The basic point is that on normal population growth a time could be calculated when the planet is full, thats it, no more room for anymore.


----------



## metric (25 April 2008)

below is a post from another forum..



> The Mayans believed that the Next Ice Age (Based on Interpretation) will be December 21st 2012...
> 
> The Prophecy of 2012
> 
> ...


----------



## The Once-ler (25 April 2008)

explod said:


> The basic point is that on normal population growth a time could be calculated when the planet is full, thats it, no more room for anymore.




I think the worlds population has been full twice before.

It was 'full' ten thousand years ago before agriculture began. The nomadic hunter gatherer human populations were kept in check by nature. Then, with agriculture, the populations exploded.

The worlds population was 'full' again in the late 19th century. Famine was common as soil fertility all around the world was depleted and all the natural sources of fertilizer were being used up. Along came oil based chemical nitrogen fertilizer and it saved the day.
http://www.hydro.com/en/About-Hydro/Our-history/1900---1917/1900-On-the-brink-of-famine/
This was the start of the green revolution and along with chemicals and other oil based inputs, food production multiplied many many times over. Problem was, human populations exploded even faster. Agricultural production has been able to keep up until now.

We are now approaching the third time the place is full as peak oil hits. But there is nothing coming this time that can save the day. Nature rules in the end. Humans aren't as smart as we thought.


Luckily, Australia exports two thirds of it's food. We will do OK as production drops off. The US, Canada, and New Zealand will do OK too. You wouldn't want to live in too many other places though.


----------



## Temjin (25 April 2008)

The Once-ler said:


> Luckily, Australia exports two thirds of it's food. We will do OK as production drops off. The US, Canada, and New Zealand will do OK too. You wouldn't want to live in too many other places though.




That's good to hear, at least we are not relied on imports to keep ourselve fed.  Or maybe it's time I should start stockpiling rices from my local Asian groceries shop. 
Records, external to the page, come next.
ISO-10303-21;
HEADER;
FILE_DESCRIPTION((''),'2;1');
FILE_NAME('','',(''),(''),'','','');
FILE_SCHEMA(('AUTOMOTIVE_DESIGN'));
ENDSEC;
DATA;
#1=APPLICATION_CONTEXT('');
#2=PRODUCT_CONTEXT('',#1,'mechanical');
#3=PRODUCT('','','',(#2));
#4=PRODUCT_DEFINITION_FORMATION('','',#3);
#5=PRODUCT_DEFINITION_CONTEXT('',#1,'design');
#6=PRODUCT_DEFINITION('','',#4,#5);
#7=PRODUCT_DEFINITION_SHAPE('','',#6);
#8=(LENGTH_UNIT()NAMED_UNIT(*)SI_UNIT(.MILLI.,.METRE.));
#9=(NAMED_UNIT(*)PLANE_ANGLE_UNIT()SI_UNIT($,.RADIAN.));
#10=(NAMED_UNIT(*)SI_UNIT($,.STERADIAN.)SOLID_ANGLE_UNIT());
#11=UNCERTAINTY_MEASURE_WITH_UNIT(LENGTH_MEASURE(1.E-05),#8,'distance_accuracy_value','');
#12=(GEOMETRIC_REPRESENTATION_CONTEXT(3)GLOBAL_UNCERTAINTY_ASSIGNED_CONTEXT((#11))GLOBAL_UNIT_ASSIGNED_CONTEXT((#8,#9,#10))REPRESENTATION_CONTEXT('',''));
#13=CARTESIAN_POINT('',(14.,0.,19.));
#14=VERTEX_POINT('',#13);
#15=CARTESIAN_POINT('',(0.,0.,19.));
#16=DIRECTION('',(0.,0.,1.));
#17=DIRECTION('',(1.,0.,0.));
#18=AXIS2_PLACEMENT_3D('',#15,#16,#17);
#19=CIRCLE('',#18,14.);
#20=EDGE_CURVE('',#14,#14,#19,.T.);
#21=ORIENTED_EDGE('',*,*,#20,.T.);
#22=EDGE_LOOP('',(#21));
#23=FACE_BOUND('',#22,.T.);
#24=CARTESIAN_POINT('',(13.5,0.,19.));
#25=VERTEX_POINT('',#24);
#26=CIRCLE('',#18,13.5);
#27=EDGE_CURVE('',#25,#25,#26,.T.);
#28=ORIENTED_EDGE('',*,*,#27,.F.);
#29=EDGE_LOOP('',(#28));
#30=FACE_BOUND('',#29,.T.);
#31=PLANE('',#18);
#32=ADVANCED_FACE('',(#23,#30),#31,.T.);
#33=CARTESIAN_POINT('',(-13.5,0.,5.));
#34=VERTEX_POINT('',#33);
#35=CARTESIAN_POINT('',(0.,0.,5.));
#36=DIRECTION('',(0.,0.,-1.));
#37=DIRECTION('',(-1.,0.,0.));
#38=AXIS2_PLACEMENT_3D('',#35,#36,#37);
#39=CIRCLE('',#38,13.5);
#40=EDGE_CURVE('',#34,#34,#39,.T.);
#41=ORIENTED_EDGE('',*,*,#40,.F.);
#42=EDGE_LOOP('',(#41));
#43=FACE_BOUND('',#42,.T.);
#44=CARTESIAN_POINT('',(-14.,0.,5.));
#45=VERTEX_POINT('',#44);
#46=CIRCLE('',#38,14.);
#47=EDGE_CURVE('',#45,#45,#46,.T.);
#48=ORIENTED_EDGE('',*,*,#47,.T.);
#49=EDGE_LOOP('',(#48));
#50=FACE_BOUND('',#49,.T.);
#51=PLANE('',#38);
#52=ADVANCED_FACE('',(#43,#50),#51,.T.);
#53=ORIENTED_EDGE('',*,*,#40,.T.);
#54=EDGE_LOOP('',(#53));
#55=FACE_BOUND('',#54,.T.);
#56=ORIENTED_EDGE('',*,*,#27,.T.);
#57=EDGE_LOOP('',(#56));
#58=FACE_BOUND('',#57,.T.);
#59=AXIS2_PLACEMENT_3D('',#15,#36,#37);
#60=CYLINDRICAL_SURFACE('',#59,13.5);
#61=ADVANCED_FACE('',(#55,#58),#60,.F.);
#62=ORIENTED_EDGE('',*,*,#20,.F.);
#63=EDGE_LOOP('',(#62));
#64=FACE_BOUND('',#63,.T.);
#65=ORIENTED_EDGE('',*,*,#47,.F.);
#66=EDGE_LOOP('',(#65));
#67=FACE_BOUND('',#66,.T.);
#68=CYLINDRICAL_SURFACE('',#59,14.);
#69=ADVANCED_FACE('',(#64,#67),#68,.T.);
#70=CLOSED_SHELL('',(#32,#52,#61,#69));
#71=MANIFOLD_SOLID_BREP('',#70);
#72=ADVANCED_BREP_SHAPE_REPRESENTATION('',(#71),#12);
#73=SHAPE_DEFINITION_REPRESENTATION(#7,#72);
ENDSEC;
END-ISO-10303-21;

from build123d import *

# Parameters (mm, degrees)
SKETCH1_R           = 14
SKETCH1_R_2         = 13.5
BOSS_EXTRUDE1_DEPTH = 19
SKETCH2_R           = 22.693972539
SKETCH2_R_2         = 8.205109265
CUT_EXTRUDE1_DEPTH  = 5


with BuildPart() as part:
    # Sketch1 → Boss-Extrude1 (new body)
    with BuildSketch(Plane.XY):
        Circle(SKETCH1_R)
        Circle(SKETCH1_R_2, mode=Mode.SUBTRACT)
    extrude(amount=BOSS_EXTRUDE1_DEPTH)

    # Sketch2 → Cut-Extrude1 (cut)
    with BuildSketch(Plane(origin=(0, 0, 0), x_dir=(-1, 0, 0), z_dir=(0, 0, -1))):
        Circle(SKETCH2_R)
        Circle(SKETCH2_R_2, mode=Mode.SUBTRACT)
    extrude(amount=-CUT_EXTRUDE1_DEPTH, mode=Mode.SUBTRACT)


solid = part.part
It's a little bit over gloom and doom for my tastes. I thought the collapse of the financial market / US dollars aren't gloom enough.


----------



## Spanning Tree (4 October 2008)

> That's good to hear, at least we are not relied on imports to keep ourselve fed.
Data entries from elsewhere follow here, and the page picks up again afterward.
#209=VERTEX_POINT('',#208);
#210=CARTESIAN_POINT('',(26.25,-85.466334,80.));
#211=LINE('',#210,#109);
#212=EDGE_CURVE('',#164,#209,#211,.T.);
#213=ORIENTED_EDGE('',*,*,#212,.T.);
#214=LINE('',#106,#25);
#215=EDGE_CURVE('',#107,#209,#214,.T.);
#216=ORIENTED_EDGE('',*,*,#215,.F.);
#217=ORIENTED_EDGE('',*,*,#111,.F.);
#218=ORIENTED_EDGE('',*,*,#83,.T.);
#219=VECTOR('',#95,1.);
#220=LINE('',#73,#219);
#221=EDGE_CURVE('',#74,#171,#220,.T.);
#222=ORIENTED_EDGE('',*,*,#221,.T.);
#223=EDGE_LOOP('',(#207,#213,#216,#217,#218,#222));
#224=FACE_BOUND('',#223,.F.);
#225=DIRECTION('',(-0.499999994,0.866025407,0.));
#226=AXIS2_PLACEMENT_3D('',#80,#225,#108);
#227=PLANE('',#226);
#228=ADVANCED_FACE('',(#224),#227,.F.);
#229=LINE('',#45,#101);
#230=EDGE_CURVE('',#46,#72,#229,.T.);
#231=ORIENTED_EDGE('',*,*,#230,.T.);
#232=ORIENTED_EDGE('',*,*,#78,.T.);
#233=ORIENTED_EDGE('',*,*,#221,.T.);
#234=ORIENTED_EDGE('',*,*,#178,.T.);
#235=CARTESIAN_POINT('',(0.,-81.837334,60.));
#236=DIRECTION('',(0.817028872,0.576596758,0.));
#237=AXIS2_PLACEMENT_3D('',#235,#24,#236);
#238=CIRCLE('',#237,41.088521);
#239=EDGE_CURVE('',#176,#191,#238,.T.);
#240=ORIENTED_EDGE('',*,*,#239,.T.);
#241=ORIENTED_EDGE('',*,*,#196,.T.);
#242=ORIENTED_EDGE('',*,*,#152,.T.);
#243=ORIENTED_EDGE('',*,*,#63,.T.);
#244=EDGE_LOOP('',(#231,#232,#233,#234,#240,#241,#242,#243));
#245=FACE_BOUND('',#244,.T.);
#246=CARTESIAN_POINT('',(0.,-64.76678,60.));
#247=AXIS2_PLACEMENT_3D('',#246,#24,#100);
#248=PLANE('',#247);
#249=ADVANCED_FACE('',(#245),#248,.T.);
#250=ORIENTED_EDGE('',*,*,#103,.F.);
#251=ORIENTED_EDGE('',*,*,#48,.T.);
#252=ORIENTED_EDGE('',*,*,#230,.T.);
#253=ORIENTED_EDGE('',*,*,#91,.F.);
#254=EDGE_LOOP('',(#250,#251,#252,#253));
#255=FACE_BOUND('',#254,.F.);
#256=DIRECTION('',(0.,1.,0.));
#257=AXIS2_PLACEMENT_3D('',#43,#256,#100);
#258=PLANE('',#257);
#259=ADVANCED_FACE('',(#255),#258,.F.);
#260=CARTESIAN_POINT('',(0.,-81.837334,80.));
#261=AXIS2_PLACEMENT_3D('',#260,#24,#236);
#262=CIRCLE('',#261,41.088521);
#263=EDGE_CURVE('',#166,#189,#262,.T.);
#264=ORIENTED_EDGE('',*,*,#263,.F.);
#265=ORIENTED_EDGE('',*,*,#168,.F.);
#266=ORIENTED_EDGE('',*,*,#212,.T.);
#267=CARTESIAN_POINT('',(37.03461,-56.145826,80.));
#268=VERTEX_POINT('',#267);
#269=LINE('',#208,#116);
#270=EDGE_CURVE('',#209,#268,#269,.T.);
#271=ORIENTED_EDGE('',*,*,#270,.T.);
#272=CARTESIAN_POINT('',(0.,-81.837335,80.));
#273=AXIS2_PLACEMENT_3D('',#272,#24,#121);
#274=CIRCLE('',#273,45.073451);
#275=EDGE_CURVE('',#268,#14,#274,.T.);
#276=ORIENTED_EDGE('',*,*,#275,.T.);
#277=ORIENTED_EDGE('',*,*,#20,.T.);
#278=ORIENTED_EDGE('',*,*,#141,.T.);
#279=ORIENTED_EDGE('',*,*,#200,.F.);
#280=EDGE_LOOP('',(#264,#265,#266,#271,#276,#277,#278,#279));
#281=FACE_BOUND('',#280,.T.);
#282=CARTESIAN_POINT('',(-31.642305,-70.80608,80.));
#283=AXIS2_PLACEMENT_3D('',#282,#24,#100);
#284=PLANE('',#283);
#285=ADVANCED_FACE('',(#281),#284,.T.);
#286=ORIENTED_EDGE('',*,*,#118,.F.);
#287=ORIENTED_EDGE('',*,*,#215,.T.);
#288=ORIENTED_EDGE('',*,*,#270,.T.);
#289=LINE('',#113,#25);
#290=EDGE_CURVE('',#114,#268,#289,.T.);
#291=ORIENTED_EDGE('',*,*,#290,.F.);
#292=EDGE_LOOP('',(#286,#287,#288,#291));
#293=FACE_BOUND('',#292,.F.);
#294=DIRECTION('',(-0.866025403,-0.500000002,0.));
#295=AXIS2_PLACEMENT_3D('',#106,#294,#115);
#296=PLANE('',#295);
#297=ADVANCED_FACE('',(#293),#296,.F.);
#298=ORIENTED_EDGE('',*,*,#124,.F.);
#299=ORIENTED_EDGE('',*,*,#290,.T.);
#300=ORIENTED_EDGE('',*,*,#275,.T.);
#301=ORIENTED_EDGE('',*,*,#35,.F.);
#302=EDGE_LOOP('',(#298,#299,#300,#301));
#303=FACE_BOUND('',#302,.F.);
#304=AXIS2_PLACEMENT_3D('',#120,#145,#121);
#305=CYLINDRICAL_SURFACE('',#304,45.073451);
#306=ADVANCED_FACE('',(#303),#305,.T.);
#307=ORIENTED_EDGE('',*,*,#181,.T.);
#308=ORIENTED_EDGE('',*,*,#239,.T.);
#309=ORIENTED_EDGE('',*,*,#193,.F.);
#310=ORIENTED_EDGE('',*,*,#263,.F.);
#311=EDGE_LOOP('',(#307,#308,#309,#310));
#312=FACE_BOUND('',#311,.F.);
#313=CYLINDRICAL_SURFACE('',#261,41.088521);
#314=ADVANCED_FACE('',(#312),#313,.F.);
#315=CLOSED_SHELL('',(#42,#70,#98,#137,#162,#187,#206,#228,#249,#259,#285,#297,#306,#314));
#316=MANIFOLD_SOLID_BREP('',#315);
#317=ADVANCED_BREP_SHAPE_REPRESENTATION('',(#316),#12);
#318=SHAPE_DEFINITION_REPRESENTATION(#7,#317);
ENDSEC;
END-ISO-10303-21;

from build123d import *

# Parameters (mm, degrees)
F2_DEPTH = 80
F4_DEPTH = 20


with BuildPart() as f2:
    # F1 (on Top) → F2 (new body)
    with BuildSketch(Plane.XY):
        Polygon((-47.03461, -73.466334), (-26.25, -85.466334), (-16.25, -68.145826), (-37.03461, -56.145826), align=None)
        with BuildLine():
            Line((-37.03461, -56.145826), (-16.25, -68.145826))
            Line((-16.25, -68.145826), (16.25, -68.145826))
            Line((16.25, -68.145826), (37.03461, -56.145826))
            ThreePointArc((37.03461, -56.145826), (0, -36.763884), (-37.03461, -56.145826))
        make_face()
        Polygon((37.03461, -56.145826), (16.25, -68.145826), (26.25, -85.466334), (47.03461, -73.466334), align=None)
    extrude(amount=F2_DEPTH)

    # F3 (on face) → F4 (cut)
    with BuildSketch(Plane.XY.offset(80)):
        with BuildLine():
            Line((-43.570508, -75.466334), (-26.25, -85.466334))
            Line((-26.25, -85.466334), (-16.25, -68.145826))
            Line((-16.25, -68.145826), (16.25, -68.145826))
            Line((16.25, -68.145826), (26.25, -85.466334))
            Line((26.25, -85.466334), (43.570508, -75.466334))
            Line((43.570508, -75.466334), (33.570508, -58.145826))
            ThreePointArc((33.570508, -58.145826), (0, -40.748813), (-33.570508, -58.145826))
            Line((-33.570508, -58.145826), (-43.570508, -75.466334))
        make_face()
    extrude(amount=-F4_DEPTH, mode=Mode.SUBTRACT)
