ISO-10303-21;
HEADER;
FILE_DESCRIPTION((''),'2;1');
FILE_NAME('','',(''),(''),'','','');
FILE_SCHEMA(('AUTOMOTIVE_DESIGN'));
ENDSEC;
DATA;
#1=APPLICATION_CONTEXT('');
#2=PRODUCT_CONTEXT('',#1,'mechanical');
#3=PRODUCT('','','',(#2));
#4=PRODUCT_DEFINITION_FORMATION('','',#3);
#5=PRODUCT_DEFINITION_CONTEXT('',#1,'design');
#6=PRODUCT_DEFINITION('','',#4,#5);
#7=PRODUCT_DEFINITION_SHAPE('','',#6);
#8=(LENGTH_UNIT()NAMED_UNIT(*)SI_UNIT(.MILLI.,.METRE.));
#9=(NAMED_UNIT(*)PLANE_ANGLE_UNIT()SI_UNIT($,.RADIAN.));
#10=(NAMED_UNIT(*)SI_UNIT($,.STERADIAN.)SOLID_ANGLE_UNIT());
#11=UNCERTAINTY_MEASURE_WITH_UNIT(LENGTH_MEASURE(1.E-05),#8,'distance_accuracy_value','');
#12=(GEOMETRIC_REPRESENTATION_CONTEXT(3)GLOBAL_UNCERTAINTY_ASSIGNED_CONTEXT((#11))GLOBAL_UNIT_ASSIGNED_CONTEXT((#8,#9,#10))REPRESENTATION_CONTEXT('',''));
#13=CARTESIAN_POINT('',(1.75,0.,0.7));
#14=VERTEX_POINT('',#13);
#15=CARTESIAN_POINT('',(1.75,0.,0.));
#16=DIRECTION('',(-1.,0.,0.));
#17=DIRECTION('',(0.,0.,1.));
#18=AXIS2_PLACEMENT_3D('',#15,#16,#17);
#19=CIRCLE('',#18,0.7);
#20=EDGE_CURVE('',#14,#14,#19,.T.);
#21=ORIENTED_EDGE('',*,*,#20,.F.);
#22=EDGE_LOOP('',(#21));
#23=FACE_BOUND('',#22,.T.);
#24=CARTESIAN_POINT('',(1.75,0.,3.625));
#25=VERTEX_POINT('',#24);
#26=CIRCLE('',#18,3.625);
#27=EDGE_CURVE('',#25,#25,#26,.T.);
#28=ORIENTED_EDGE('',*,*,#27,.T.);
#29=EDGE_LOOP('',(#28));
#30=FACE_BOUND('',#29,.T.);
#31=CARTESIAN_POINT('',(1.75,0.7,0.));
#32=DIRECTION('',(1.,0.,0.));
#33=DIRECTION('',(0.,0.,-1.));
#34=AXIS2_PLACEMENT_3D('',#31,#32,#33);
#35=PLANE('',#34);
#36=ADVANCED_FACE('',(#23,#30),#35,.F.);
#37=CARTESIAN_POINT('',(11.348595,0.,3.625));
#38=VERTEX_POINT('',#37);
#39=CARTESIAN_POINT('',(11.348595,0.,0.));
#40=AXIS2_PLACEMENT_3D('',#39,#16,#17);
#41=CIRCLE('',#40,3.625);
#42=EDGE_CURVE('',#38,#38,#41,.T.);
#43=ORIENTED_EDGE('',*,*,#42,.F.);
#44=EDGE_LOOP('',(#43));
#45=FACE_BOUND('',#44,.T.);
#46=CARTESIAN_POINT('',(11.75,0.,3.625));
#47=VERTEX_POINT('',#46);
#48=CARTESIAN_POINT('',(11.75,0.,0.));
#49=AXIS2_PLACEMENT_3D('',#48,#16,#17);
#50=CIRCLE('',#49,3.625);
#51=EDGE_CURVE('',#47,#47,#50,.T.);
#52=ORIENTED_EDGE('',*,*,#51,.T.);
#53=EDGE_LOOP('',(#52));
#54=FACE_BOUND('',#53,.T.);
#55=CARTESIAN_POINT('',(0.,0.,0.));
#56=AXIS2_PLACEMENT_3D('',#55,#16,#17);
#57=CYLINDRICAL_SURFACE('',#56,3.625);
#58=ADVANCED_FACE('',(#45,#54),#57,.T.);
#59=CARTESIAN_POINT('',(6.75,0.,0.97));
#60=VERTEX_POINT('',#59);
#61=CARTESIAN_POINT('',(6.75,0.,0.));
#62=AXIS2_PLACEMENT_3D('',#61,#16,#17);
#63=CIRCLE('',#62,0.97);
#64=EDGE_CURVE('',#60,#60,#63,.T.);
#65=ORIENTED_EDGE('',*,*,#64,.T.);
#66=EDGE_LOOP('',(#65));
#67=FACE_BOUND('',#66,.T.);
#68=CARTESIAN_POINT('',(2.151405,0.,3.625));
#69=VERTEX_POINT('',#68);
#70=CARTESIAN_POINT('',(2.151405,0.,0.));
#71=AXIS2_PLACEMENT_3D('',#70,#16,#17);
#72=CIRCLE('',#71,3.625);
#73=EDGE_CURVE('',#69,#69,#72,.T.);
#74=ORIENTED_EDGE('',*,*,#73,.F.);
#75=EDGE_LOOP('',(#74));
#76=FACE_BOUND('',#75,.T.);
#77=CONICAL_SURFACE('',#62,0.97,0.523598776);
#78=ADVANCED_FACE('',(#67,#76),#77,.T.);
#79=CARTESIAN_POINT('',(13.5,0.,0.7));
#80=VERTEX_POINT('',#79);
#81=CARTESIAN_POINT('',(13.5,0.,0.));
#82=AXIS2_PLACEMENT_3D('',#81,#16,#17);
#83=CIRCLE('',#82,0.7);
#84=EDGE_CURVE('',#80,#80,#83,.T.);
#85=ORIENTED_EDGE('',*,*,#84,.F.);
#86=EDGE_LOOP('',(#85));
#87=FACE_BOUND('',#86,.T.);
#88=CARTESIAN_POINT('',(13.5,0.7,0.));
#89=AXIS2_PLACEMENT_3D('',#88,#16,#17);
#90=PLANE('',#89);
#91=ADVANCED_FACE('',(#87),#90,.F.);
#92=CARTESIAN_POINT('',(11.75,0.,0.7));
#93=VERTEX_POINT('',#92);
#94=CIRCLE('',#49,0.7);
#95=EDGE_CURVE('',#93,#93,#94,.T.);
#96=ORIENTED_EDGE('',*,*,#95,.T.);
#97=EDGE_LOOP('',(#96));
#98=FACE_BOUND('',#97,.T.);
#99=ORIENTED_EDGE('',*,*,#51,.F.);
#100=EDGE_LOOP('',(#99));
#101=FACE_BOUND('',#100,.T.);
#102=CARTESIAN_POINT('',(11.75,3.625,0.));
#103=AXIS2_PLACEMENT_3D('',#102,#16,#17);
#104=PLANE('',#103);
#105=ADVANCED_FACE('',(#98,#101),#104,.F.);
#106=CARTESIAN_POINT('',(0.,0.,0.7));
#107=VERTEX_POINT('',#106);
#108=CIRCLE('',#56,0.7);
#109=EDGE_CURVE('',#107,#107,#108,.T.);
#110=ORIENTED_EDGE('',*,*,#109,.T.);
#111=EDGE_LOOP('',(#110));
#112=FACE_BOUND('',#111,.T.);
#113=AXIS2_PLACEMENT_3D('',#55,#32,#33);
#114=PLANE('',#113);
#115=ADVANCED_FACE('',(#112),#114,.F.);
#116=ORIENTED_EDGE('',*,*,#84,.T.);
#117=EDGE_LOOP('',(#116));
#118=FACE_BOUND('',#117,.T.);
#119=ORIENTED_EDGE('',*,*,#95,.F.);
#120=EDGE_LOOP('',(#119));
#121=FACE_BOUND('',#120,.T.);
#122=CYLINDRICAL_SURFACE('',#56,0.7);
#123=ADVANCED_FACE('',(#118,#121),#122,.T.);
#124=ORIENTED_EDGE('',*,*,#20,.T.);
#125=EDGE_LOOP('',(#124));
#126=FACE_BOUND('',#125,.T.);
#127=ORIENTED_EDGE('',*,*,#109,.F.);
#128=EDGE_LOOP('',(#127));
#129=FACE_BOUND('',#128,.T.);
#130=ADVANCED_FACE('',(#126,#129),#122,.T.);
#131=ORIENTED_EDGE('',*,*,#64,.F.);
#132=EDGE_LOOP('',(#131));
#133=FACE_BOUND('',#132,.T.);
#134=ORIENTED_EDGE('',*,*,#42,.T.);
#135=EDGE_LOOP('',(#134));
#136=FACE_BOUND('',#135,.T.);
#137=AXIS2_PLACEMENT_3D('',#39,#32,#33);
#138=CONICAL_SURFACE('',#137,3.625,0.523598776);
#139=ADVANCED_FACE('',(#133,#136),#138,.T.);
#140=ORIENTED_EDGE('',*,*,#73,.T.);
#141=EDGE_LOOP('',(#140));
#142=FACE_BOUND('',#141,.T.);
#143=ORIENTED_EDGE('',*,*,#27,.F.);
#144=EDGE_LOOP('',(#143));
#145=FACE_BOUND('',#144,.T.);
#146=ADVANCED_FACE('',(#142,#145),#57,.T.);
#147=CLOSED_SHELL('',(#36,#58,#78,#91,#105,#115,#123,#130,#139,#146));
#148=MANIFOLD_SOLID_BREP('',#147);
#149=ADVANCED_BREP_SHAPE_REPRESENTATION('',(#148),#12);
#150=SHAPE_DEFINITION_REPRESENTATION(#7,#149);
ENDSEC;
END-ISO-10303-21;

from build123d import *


with BuildPart() as part:
    # Sketch1 → Revolve1 (revolve)
    with BuildSketch(Plane.XY):
        Polygon((0, 0), (0, 0.7), (1.75, 0.7), (1.75, 3.625), (2.151405106, 3.625), (6.75, 0.97), (11.348594894, 3.625), (11.75, 3.625), (11.75, 0.7), (13.5, 0.7), (13.5, 0), align=None)
    revolve(axis=Axis((0, 0, 0), (1, 0, 0)))


solid = part.part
I doubt an Australian farmer is going to feed you just because you're Australian. If an American consumer offers more cash, you get no rice.


----------



## dutchie (4 October 2008)

Government just introduces a large food export tax.


----------



## tech/a (4 October 2008)

I found this statistic amazing.

*If you placed every human on the planet in a big cube packed like sardines what would be the dimensions of that cube?*

Have a go,I'll post the answer later.


----------



## wayneL (4 October 2008)

tech/a said:


> I found this statistic amazing.
> 
> *If you placed every human on the planet in a big cube packed like sardines what would be the dimensions of that cube?*
> 
> Have a go,I'll post the answer later.



Presuming one person takes up .25m3, it would be 11.5km cubed?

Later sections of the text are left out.